Step 1: Understand your data

Visualize Categorical data

Categorical data is generally stored as text values. They can be encoded with numbers, but there should be no significance to the range between different values.

Examples of categorical data would be:

Gender (m/f)
State (WV, CA, …)
Grade level
Zipcode

Clean unique values

Start by evaluating for bad categories or na values.

library(tidyverse)

# Bad tibble
t_raw <- tibble(
            person = c('Bob', 'Bob', 'Bob', 'Sue', 'Sue', NA, 'Su'), 
            group = c('Group A', 'Group B', 'A', 'a', 'b', NA, ''))

# Fixes stored as data, rather than code.
t_fix = tibble(
  from = c('Group A', 'Group B', 'A', 'a', 'b' ),
  to = c('a', 'b', 'a', 'a', 'b')
)

# Simple fixes
# 
# Clean up with filter / mutate
# Use !is.na to only return fields with values
# Use "" to filter for blank fields
# Use mutate and ifelse to convert from bad values to good values
t1 <- t_raw %>% 
  filter(!is.na(person), 
         !is.na(group),
         group != '') %>% 
  mutate(person = ifelse(person == 'Su', 'Sue', person))

# Join fix
t2 <- t1 %>% 
  left_join(t_fix, by = c('group' = 'from')) %>% 
  mutate(group = to,
         to = NULL)

print(t2)

Find unique items and counts

Remove or group low-count items.

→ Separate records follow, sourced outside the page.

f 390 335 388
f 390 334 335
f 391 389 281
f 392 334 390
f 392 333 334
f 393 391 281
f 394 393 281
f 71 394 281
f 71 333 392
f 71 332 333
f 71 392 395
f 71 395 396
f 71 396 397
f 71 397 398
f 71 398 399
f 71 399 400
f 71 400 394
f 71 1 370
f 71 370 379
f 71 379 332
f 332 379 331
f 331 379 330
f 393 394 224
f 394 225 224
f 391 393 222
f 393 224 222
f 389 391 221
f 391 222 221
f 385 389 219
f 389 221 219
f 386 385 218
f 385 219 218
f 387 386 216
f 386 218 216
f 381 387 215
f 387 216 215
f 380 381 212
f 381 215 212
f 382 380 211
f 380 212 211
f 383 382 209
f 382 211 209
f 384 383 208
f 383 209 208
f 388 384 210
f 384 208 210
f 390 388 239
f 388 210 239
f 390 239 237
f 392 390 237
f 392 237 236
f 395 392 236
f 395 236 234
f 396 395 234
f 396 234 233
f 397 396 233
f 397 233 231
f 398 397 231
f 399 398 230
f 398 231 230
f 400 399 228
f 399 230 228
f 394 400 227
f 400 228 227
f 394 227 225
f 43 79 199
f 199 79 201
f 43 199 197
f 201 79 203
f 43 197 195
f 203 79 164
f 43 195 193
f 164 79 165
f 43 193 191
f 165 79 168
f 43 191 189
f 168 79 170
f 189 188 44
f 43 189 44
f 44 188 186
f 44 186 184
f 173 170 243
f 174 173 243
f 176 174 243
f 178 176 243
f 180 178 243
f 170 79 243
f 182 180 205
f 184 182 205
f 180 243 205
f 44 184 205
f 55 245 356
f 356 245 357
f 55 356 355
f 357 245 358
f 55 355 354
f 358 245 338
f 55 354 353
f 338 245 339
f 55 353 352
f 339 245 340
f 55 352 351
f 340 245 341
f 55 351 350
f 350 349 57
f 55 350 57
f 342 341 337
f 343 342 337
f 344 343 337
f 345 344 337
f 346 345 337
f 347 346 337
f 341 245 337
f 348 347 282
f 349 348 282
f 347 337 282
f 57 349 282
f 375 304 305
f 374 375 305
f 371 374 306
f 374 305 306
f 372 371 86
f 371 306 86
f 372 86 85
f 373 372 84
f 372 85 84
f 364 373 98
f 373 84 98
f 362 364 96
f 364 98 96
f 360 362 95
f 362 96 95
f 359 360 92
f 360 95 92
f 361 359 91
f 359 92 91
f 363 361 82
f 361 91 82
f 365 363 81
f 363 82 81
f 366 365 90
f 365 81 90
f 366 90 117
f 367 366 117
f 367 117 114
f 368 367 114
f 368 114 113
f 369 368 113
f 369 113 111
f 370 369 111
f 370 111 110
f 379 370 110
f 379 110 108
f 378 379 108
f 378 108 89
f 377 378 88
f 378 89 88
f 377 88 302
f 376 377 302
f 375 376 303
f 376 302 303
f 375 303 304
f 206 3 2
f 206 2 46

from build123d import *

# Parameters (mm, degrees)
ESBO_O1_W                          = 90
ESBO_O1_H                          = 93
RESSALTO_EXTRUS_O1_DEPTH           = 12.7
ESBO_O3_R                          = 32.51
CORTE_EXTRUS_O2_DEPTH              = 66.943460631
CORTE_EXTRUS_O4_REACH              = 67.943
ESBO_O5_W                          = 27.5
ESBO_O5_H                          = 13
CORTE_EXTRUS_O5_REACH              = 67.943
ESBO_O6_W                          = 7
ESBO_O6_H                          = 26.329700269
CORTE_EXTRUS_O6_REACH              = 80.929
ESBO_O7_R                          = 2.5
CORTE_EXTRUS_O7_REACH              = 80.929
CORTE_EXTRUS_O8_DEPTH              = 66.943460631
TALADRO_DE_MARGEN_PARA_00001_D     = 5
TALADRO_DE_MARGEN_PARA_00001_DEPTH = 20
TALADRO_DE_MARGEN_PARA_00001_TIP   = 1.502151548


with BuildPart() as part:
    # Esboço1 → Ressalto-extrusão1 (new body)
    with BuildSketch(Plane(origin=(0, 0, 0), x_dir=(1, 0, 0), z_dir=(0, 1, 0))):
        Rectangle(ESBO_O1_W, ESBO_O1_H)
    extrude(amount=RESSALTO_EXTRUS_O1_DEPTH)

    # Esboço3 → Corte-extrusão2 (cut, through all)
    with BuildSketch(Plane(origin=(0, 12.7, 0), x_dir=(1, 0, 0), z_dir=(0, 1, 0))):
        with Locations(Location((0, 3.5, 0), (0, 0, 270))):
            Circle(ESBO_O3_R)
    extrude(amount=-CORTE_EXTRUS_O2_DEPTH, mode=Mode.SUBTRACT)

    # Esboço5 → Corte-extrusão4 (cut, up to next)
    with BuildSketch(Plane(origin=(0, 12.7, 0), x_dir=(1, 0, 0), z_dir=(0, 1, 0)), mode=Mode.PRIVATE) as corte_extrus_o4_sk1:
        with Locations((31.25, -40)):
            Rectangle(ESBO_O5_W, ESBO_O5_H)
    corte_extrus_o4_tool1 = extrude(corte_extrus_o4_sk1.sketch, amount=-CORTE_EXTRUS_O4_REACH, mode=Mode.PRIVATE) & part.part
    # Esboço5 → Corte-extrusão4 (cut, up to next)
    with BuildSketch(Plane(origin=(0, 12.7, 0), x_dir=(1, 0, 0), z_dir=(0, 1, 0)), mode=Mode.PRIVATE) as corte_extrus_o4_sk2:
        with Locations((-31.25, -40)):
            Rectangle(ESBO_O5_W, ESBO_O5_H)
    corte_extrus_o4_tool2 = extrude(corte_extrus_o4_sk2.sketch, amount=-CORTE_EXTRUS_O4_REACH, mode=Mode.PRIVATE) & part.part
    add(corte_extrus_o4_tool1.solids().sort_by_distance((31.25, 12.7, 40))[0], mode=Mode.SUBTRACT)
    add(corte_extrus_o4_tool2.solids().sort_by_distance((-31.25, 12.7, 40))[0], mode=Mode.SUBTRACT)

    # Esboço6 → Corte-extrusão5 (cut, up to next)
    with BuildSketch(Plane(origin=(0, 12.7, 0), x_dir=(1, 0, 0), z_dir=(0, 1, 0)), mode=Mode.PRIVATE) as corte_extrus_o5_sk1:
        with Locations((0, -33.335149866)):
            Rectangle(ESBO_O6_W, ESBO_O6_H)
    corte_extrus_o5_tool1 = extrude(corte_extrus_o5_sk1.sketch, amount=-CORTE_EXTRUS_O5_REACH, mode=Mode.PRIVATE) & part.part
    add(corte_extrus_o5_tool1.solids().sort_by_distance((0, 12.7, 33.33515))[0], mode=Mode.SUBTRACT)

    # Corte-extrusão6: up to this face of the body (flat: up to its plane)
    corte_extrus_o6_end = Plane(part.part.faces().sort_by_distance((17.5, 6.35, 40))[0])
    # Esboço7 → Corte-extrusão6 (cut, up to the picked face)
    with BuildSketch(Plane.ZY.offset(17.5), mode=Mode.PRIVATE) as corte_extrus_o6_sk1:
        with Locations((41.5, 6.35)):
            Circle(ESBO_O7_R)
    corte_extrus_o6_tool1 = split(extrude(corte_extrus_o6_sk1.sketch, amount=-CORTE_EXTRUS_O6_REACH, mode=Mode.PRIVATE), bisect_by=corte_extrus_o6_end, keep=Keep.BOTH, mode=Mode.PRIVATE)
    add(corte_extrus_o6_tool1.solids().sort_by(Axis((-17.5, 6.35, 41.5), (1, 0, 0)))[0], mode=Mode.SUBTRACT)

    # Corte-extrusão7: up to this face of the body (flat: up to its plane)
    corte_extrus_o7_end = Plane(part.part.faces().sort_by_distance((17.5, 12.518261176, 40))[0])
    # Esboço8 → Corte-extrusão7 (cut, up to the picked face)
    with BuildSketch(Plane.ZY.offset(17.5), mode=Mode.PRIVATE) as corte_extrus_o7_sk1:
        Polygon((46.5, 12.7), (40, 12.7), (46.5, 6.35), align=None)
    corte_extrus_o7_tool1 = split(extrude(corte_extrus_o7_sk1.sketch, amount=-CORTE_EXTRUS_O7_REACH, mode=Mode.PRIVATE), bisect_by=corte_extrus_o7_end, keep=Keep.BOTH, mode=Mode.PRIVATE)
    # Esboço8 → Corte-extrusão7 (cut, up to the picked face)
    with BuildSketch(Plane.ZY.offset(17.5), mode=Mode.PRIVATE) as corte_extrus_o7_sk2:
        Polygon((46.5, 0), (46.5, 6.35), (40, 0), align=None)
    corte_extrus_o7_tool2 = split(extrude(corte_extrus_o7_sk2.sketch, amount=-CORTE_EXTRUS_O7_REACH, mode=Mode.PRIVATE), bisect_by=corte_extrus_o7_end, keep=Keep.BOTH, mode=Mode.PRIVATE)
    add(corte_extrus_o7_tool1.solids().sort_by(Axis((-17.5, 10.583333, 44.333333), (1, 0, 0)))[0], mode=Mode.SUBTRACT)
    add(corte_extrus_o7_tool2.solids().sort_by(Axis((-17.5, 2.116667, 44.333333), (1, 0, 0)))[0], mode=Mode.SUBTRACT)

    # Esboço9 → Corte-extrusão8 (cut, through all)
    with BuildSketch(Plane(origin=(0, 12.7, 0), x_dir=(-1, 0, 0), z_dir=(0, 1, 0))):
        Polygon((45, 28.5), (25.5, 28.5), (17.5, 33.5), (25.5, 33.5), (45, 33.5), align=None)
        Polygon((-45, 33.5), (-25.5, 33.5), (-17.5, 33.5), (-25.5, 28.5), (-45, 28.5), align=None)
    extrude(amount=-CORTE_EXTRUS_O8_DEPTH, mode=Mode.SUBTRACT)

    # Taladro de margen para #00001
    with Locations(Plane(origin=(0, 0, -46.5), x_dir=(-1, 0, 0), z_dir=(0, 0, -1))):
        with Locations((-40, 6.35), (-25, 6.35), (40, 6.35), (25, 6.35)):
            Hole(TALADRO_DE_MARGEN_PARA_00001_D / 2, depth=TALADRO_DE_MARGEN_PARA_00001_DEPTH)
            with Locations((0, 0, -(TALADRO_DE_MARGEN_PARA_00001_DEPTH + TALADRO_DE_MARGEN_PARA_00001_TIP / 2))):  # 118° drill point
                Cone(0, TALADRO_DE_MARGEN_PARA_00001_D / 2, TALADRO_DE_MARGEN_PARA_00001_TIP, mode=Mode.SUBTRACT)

View both absolute count and proportions

library(tidyverse)

# Change printout to simplify output
options(scipen = 999, digits = 3)

t <- tibble(x = c('Bob', 'Bob', 'Bob', 'Sue', 'Sue', 'Dave', 'Bob'),
            region = c('A', 'B', 'B', 'A', 'A', 'B', 'C'))

# Print normal table
table(t$x, t$region)

##       
##        A B C
##   Bob  1 2 1
##   Dave 0 1 0
##   Sue  2 0 0

# remove
t_fixed <- t %>% 
  filter(!x %in% c('Dave', 'Bob'))

# Print table of % (of total)
#   For 2nd argument, 
#     NA: % of total
#     1: % of row
#     2: % of column
prop.table(table(t$x, t$region))

##       
##            A     B     C
##   Bob  0.143 0.286 0.143
##   Dave 0.000 0.143 0.000
##   Sue  0.286 0.000 0.000

Convert text into numeric variables

Convert textual values into numbers, where it makes sense with the underlying data.

library(tidyverse)

# Bad tibble
t_raw <- tibble(
            sales_rank = c('Rank 1', 'Rank 2', 'Rank 3'),
            level = c('a', 'b', 'c')
          )

# Conversion table or ifelse
t_fix = tibble(
  from = c('a', 'b', 'c'),
  to = 1:3
)

t1 <- t_raw %>% 
  mutate(sales_rank = as.numeric(substr(sales_rank, 6, 6)))

# Join fix
t2 <- t1 %>% 
  left_join(t_fix, by = c('level' = 'from')) %>% 
  mutate(level = to,
         to = NULL)

print(t2)

Charts

Bar charts are very useful for categorical data. You can show the basic value as the x or the y, and then use color or facets to break down further categories.

library(tidyverse)

t <- tibble(person = c('Bob', 'Bob', 'Bob', 'Sue', 'Sue', 'Sue', 'Bob'),
            region = c('A', 'B', 'B', 'A', 'A', 'B', 'B'),
            year = c(1, 1, 1, 1, 2, 2, 2))

ggplot(data = t) +
  geom_bar(mapping = aes(x = person, fill = region)) +
  facet_wrap( ~ year)

Vizualize Continuous data

Continuous data is numeric information, where the difference between values is meaningful. You can typically measure this data at different levels of precision (ie., age in years, age in months, age in days, …)

Examples:

Weight
Price
Height

Remove outliers

We often have to clean up values.

Start by looking at the data with a histogram to get a general idea of its shape. Think about if it appears to have a normal distribution.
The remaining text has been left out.